At least a dozen protesters have been killed by US, NATO and Afghan troops in Kabul and outside US and NATO bases. The latest atrocity came in Qalat, in the southern part of the country, where Afghan police fired Wednesday into a crowd marching on an American military base, killing four.
A US military spokesman in Afghanistan, in a statement to CBS News, initially attributed the violence to Al Qaeda or Taliban guerrillas, but then admitted there was no evidence to back up this allegation. The Pentagon faces an apparent dilemma in suggesting a major Taliban role in the mass protests, since it has routinely claimed that the Islamic fundamentalists are a small and discredited minority with dwindling support.
In the longer-term—and this is perhaps calculated in months rather than years—the Bush administration seeks to encourage the growth of anti-Muslim sentiment in both the US and Europe in order to provide a new base of political support for its plans for further military aggression in the Middle East, targeting in the first place Iran and Syria. The White House and State Department believe that support from Germany, France and other European countries, in addition to Britain, is an indispensable requirement for such military action.
In the United States, the slogan of “freedom of the press” has been employed to delude sections of the liberal middle class to support a profoundly reactionary and anti-democratic provocation. Those who have been taken in by this propaganda should pause to reflect on their alignment with the Bush administration, the most vicious enemy of democratic rights.
Who is posturing as defenders of “free speech” and “freedom of the press”? A government that warned its critics, after 9/11, to “watch what they say,” that banned the photographing of caskets bearing the remains of the Iraqi war dead returning to the US, that routinely denies Freedom of Information Act requests, and is now seeking to turn the exposure of its illegal spying into a pretext for press censorship, with a security investigation to find those who leaked the NSA spying story to the New York Times.
The claim that the publication of the provocative cartoons was an assertion of democratic rights is ludicrous. Even the pro-war Washington Post observed, in an editorial Tuesday, “there is no threat to freedom of speech in Europe—no newspaper was prevented from publishing the cartoons, and demands by Muslims that European governments impose such censorship were quickly dismissed. In reprinting the drawings the European papers demonstrated not their love of freedom but their insensitivity—or hostility—to the growing diversity of their own societies. It is just such attitudes, more than any insult to Islam, that have inspired much of the Muslim resentment toward the West, and the growing anger of Muslims who live in Europe.”

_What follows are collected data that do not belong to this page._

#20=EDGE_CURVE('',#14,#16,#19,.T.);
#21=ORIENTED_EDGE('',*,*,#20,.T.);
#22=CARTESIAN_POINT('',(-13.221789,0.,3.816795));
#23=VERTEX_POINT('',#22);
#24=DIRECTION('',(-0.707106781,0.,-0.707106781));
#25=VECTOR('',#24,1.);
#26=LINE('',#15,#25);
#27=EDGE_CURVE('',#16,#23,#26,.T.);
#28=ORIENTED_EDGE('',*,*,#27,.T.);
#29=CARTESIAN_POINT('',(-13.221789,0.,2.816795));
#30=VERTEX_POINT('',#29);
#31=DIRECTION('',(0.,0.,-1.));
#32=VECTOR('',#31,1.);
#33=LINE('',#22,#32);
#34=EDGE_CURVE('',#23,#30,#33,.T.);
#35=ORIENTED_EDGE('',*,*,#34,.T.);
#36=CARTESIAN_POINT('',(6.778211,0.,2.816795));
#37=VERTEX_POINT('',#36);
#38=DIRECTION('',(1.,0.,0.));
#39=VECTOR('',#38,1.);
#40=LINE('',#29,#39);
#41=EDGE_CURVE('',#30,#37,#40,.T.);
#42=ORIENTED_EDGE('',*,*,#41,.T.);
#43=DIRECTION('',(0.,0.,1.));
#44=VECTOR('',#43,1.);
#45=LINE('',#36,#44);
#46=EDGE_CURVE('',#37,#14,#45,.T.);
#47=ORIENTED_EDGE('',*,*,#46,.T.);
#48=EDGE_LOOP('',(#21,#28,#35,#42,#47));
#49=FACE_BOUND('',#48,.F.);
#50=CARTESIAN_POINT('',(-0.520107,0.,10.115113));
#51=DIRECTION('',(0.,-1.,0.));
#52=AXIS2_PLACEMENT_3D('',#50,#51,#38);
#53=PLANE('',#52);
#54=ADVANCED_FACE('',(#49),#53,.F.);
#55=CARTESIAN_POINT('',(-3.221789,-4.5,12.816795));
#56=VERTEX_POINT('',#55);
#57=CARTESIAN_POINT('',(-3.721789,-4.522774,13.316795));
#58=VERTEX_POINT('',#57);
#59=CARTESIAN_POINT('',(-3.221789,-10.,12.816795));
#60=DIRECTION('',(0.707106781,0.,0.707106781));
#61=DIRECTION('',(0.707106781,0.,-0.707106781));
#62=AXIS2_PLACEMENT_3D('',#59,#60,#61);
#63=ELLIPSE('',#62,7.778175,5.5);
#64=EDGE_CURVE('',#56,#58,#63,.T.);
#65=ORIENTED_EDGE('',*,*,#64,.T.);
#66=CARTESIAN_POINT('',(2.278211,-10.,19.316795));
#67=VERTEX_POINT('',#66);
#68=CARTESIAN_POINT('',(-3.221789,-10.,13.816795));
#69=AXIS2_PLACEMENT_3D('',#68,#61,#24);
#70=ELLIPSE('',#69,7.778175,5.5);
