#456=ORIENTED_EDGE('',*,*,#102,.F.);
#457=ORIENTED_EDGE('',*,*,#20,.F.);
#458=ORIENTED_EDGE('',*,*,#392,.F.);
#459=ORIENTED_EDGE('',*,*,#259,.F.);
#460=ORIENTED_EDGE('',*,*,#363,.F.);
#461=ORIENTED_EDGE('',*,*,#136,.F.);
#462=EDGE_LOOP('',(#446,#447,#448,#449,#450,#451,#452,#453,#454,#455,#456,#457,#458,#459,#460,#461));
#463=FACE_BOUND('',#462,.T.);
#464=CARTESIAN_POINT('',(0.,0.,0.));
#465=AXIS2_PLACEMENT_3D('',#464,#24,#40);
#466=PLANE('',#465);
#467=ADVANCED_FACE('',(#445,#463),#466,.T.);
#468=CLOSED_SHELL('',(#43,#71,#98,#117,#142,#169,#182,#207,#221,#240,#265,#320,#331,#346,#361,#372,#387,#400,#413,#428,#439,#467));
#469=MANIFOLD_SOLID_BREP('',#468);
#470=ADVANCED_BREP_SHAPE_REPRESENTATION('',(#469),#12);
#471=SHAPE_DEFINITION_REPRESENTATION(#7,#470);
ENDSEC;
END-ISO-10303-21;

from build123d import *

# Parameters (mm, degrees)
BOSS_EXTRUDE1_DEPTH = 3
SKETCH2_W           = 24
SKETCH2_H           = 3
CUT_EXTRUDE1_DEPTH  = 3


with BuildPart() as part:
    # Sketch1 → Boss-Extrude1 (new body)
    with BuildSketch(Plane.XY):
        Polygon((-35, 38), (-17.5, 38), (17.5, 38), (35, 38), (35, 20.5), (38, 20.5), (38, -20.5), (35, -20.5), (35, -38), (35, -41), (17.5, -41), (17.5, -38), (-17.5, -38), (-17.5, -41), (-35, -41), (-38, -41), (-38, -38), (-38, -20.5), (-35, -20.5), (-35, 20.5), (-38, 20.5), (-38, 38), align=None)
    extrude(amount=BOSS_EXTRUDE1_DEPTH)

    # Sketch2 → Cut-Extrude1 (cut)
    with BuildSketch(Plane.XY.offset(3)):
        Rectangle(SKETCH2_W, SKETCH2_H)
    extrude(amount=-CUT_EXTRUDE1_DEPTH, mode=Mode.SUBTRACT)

The unity of much of the European press, liberal and conservative, in declaring the “right” to publish anti-Muslim cartoons is an ominous political development. It signifies a rallying of all sections of the European ruling elite behind a policy of whipping up racist and anti-immigrant sentiment at home, and greater willingness to use military force abroad.
It is impossible to divorce this episode from the bloody history of the countries of the Middle East, most of which were, within living memory, ruled by brutal colonial regimes established by European powers like Britain, France and Italy. Even after nominal independence in the post-World War II period, the entire region was dominated by imperialism—that of the United States—exercised through the giant corporations that controlled oil and gas resources, rather than through direct political rule. And today, with the US conquest of Iraq and Afghanistan, direct colonial-style control is being restored.
It is these material interests—above all, the struggle for control over oil and gas resources—not questions of religious belief or culture that underlie the current conflict. It is a clash of imperialist powers vs. oppressed and exploited peoples, not a clash of civilizations. If Hindus rather than Moslems inhabited territories where three quarters of the world’s petroleum reserves were located, the Western press would likely be howling about the prohibition of cow-slaughter or the Hindu caste system, not the ban on depicting the prophet Muhammad.